Input records>
++++++++++++++++++++

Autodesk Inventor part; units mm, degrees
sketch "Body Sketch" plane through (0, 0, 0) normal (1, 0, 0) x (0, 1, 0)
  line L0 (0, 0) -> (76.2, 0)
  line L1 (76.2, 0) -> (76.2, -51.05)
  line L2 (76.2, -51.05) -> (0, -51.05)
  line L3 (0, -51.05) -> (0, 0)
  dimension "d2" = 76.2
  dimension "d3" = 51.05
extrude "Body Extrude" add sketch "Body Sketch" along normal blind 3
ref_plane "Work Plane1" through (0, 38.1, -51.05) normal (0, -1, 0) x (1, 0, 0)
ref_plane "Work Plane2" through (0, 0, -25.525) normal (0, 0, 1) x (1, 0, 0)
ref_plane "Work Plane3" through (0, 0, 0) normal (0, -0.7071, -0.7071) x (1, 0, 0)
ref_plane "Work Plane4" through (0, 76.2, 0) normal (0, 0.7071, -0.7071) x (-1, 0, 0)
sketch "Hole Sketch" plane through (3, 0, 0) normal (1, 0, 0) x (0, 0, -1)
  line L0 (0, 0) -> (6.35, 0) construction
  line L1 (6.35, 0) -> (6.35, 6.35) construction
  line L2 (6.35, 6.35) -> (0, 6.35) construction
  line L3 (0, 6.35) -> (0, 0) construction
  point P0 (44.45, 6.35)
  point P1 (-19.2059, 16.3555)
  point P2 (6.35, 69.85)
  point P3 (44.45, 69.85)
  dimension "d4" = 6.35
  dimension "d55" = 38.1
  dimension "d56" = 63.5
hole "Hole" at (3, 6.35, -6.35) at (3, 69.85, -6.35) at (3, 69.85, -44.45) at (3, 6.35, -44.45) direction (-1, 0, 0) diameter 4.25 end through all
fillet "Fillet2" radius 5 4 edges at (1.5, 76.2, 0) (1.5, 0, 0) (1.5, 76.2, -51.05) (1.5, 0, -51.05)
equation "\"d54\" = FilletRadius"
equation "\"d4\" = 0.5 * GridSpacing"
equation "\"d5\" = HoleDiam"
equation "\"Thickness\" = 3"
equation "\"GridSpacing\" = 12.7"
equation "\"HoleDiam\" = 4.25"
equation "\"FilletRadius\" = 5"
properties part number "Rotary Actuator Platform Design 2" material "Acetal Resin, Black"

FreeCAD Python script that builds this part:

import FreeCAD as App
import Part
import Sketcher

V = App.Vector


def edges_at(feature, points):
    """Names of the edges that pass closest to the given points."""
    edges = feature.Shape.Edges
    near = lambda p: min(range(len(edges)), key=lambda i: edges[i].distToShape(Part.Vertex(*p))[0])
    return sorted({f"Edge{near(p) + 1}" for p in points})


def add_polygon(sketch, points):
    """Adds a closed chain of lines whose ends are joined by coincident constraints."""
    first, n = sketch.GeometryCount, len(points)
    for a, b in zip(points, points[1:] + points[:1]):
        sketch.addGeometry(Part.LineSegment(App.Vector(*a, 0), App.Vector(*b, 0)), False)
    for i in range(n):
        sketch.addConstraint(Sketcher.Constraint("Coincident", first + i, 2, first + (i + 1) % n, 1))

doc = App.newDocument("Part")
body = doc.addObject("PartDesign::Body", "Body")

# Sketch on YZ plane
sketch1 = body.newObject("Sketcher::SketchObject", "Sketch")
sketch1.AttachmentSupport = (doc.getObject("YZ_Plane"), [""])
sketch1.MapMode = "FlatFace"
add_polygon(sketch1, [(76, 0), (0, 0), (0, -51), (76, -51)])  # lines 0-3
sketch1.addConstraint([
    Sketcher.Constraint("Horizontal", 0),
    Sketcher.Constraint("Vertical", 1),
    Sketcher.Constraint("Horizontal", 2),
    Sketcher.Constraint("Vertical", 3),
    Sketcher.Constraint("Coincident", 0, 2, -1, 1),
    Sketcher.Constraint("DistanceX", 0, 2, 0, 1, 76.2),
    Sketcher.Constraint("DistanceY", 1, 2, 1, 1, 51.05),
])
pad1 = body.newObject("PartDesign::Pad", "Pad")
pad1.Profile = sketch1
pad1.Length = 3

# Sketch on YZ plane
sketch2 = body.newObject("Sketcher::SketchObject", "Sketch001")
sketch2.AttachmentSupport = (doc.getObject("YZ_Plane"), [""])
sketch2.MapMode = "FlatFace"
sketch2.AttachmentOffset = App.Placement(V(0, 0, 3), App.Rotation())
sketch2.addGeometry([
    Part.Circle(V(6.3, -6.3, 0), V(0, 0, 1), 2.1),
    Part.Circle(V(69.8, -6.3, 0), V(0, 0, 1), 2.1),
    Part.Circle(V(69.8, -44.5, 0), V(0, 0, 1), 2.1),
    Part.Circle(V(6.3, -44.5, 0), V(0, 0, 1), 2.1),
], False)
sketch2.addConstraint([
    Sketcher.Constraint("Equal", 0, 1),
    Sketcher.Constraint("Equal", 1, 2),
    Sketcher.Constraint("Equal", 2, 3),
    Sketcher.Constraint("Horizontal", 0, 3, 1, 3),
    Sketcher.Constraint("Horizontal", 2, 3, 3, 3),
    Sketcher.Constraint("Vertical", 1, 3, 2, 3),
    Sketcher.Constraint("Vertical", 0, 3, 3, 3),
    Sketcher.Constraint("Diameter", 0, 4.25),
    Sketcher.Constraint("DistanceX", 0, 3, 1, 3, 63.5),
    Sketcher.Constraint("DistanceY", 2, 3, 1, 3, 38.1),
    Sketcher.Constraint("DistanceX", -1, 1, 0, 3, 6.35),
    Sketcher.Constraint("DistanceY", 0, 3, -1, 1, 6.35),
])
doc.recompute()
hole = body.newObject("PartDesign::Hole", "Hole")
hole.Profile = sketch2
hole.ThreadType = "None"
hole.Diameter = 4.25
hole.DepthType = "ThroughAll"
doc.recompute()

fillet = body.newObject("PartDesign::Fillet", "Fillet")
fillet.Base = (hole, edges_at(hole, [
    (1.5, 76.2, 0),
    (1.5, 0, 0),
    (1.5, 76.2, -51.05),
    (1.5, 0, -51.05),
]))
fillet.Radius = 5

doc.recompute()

++++++++++++++++++++

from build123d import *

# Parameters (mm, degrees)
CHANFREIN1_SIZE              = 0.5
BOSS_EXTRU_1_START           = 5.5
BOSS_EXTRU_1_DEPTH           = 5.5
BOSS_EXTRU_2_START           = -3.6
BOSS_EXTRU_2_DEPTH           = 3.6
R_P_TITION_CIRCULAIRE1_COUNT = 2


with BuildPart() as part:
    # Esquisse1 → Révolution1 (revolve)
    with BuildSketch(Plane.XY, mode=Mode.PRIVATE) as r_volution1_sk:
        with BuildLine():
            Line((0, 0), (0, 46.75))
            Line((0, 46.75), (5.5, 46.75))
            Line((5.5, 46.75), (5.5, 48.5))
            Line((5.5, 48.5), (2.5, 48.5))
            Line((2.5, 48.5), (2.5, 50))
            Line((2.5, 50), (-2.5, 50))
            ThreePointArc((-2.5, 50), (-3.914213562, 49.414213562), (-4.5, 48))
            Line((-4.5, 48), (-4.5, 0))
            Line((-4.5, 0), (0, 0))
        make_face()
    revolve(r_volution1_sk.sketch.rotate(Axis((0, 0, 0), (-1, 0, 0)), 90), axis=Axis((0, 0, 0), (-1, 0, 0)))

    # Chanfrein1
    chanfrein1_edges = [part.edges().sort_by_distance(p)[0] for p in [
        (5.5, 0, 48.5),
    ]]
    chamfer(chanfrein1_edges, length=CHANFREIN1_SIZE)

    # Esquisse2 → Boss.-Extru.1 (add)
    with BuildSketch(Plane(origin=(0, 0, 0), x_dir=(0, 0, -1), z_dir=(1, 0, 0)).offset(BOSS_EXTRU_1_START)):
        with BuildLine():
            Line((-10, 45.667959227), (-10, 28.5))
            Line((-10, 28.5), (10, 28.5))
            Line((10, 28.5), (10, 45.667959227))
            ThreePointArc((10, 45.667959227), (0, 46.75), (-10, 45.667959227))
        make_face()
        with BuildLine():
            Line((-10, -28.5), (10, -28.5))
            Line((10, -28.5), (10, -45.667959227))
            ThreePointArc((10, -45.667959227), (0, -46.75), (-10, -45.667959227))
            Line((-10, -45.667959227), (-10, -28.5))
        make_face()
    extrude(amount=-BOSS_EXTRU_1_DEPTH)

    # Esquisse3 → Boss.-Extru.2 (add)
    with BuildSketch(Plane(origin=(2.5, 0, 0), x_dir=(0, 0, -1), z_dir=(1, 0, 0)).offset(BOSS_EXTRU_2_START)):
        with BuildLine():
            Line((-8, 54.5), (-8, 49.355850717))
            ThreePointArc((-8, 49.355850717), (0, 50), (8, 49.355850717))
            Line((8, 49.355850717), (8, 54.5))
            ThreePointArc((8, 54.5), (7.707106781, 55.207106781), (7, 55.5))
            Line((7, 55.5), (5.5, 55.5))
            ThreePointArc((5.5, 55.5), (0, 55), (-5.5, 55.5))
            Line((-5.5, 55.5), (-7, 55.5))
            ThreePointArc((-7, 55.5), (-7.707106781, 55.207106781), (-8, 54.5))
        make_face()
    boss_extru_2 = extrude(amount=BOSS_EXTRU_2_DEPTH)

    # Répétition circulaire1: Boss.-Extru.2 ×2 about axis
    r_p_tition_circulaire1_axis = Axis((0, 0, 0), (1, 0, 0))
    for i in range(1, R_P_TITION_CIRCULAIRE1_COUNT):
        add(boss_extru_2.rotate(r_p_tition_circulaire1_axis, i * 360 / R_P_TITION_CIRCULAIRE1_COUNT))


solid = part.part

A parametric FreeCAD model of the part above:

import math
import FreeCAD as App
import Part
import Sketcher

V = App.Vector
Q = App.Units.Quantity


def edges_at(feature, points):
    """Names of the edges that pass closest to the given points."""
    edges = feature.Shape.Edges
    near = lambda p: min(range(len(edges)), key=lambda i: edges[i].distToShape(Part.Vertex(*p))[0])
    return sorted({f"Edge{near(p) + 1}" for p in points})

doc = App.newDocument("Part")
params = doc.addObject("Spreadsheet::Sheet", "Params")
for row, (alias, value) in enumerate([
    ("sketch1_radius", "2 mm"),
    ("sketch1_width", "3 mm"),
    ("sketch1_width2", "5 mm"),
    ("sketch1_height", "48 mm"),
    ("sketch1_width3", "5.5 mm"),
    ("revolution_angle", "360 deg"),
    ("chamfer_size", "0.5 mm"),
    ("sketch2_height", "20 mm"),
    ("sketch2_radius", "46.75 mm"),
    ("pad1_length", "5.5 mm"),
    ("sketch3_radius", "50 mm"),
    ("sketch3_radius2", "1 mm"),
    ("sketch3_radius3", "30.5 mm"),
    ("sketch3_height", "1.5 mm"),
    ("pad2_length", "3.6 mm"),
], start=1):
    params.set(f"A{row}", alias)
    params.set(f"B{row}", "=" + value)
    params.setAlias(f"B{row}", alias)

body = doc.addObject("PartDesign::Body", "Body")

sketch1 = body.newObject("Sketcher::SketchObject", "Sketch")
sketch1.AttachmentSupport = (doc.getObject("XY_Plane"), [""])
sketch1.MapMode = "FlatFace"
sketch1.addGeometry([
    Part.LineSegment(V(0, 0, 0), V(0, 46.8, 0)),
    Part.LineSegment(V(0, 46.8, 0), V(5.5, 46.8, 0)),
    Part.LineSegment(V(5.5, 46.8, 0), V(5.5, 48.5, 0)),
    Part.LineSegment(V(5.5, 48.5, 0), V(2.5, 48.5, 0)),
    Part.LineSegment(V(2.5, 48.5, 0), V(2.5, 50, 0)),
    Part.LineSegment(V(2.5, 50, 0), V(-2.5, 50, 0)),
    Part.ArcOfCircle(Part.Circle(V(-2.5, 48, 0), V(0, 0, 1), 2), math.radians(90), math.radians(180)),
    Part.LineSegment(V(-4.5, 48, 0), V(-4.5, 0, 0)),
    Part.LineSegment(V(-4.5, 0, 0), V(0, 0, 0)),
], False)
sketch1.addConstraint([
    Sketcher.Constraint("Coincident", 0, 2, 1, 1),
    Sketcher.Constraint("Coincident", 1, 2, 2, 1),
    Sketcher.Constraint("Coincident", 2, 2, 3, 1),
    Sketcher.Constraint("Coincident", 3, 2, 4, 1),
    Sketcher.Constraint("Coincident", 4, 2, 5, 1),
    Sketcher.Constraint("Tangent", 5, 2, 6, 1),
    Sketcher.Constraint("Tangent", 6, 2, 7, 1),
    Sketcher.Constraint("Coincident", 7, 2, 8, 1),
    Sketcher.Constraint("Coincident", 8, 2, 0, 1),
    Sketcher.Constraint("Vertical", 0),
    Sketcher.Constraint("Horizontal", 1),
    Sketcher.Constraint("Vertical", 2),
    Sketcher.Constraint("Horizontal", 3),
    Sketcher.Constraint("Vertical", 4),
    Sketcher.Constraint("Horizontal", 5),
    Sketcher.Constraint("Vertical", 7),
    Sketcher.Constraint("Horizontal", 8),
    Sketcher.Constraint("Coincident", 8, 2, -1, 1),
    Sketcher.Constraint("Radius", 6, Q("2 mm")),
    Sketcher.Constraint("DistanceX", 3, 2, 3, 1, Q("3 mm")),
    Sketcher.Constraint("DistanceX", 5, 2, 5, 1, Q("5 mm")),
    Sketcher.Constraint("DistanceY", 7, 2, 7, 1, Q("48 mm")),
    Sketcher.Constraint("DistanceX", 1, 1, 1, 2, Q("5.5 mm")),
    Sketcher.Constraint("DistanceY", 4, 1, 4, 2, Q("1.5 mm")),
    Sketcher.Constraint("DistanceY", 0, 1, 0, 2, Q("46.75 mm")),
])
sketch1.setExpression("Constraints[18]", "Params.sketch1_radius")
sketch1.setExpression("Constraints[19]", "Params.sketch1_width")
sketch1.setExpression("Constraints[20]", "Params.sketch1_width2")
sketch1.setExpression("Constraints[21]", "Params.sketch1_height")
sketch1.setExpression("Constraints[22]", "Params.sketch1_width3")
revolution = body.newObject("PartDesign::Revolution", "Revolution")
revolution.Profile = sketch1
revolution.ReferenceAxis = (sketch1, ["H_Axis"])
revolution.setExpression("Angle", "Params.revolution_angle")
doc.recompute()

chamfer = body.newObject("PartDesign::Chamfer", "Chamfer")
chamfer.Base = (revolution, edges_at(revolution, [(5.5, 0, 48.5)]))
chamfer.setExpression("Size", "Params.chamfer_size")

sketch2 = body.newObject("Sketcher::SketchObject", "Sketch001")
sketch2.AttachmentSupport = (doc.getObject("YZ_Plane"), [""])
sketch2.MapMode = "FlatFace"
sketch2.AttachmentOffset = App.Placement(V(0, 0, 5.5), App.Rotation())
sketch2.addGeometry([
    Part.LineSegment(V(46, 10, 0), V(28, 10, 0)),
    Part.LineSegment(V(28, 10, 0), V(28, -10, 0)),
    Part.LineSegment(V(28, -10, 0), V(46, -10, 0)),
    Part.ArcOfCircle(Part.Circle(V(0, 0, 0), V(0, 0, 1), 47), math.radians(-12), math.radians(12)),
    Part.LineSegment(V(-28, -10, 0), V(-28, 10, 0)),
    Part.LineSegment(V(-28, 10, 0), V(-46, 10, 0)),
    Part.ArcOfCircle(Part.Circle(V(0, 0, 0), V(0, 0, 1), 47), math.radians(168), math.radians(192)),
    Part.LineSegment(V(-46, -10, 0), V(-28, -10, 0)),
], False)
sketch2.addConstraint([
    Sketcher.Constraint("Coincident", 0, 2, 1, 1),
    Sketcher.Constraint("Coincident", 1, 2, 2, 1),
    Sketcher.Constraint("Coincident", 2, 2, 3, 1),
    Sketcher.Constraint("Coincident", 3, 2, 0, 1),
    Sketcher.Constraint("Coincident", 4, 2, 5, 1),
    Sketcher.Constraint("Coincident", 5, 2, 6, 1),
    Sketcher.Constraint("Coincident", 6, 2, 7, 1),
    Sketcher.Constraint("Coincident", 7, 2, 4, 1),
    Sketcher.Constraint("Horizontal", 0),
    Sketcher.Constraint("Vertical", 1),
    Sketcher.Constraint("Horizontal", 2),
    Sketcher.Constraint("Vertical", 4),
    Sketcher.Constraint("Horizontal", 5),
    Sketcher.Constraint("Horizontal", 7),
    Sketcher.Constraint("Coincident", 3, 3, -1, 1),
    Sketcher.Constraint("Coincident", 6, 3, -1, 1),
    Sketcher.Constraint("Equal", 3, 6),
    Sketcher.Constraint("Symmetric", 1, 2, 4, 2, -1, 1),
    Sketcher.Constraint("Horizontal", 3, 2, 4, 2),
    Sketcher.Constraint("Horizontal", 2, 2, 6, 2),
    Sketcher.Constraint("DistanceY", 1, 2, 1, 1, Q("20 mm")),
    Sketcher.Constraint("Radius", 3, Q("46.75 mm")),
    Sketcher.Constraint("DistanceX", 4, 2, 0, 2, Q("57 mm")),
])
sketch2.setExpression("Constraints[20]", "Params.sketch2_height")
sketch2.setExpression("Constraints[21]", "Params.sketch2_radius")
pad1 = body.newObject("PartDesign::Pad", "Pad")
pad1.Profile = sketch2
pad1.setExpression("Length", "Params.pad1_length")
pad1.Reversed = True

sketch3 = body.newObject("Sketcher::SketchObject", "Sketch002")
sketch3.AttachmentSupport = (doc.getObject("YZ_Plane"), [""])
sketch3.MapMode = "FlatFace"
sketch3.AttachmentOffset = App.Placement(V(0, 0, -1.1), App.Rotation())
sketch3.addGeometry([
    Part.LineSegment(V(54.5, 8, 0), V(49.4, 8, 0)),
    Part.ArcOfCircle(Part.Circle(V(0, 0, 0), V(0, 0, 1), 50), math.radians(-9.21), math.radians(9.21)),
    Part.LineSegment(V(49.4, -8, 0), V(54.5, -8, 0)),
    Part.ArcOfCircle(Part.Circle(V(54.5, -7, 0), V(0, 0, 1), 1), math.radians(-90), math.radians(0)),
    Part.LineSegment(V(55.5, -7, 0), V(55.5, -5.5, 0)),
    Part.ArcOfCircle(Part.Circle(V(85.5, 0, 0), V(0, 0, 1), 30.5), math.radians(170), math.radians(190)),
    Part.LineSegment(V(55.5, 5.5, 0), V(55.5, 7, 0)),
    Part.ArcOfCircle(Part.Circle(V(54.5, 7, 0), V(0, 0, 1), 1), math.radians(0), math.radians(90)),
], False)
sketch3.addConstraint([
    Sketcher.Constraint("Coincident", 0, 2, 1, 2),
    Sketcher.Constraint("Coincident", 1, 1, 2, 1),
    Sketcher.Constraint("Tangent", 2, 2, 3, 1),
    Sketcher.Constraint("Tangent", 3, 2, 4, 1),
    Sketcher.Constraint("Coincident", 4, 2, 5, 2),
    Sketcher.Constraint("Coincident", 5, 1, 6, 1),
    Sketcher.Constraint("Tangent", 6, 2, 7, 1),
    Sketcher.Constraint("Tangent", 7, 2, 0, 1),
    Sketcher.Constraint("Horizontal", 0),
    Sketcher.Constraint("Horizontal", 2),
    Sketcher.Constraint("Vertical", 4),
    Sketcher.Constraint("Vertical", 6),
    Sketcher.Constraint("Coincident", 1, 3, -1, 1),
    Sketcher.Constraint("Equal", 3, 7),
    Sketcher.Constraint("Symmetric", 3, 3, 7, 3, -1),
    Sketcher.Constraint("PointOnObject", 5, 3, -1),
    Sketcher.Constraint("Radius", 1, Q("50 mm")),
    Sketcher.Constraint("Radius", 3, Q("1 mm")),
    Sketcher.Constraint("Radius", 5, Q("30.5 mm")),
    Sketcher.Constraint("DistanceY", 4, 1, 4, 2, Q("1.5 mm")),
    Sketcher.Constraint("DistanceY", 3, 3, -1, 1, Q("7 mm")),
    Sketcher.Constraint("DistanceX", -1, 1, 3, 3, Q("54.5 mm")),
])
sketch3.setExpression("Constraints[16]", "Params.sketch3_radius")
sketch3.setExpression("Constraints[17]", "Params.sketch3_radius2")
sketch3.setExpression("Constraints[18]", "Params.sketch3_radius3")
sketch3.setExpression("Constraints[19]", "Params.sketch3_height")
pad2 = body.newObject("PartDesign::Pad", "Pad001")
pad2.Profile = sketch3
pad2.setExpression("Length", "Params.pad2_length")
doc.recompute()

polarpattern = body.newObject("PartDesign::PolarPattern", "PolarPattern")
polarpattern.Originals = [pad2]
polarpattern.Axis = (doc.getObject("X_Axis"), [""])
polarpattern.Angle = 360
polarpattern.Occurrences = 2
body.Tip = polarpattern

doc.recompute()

++++++++++++++++++++

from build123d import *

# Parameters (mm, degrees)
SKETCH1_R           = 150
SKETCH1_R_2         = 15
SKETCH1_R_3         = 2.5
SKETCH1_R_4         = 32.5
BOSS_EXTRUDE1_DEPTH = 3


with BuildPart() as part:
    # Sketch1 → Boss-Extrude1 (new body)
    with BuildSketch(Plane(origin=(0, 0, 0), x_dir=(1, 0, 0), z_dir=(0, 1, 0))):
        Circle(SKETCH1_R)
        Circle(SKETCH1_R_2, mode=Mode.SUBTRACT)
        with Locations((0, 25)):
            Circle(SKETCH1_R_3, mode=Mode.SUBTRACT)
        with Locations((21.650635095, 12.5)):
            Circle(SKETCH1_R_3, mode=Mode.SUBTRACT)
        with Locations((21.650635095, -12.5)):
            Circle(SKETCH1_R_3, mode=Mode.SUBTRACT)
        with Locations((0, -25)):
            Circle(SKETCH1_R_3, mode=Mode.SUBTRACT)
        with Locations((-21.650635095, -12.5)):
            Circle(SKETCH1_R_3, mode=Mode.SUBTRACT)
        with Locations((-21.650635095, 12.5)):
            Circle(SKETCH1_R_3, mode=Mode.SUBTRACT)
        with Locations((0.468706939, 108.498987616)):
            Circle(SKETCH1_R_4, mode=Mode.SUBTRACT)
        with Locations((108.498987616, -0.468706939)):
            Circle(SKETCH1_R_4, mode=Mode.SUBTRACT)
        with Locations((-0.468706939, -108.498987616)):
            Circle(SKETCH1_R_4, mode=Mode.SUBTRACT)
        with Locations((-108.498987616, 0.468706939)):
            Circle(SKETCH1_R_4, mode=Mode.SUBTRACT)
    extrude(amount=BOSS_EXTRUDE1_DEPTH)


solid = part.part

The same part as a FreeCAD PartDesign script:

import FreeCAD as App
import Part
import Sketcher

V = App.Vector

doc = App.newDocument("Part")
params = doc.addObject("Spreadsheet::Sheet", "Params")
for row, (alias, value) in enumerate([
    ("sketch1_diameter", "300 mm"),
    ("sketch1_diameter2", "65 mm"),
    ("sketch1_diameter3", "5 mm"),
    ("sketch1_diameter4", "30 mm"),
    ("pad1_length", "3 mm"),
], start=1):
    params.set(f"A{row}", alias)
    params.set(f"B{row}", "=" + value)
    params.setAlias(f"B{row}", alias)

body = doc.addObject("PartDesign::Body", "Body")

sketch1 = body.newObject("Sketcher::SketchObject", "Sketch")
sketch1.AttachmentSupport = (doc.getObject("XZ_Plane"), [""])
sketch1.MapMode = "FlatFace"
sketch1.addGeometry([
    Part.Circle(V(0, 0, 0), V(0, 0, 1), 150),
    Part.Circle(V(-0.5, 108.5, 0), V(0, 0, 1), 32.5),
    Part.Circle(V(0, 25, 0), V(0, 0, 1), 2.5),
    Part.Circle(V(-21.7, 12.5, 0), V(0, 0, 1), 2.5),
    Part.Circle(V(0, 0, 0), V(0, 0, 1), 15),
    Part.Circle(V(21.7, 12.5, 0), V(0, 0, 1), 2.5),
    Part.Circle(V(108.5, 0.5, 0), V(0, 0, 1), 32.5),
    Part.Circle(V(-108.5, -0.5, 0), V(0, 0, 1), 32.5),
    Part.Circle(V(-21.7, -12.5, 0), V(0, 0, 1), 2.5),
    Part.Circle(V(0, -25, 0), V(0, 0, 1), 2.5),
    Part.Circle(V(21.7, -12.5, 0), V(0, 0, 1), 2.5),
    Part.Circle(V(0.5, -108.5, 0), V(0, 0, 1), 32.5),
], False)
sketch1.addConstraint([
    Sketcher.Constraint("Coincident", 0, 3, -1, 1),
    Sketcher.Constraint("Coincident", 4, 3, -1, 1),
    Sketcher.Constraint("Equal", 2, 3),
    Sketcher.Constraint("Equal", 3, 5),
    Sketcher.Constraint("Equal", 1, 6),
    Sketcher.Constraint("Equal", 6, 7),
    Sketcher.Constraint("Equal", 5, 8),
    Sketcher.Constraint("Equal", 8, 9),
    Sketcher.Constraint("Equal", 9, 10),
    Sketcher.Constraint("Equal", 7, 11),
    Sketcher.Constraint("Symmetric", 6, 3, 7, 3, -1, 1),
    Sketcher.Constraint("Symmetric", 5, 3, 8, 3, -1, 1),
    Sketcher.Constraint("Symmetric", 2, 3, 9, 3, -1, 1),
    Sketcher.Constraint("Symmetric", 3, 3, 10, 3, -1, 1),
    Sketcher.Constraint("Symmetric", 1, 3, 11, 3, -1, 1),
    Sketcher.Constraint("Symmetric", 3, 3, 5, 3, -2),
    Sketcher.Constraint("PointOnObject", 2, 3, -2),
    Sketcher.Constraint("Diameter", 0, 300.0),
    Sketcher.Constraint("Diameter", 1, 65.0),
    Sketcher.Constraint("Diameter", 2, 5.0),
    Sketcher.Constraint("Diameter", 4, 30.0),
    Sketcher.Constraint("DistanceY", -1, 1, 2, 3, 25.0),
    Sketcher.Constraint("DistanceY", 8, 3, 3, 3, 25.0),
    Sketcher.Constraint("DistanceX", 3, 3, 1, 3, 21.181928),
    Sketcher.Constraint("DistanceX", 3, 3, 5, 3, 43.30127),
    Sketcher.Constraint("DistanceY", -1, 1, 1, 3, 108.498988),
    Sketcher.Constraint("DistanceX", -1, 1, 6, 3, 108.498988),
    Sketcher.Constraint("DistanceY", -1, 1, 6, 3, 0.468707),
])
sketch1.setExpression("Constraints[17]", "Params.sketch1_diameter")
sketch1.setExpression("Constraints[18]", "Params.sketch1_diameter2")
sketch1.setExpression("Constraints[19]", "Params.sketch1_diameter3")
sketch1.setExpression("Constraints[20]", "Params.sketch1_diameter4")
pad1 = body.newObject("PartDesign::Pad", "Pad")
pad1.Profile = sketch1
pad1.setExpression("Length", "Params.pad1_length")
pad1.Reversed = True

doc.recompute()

++++++++++++++++++++

Wherever a line in the listing contains the word "equation", copy that line out.

Answer to the exercise>
equation "\"d54\" = FilletRadius"
equation "\"d4\" = 0.5 * GridSpacing"
equation "\"d5\" = HoleDiam"
equation "\"Thickness\" = 3"
equation "\"GridSpacing\" = 12.7"
equation "\"HoleDiam\" = 4.25"
equation "\"FilletRadius\" = 5"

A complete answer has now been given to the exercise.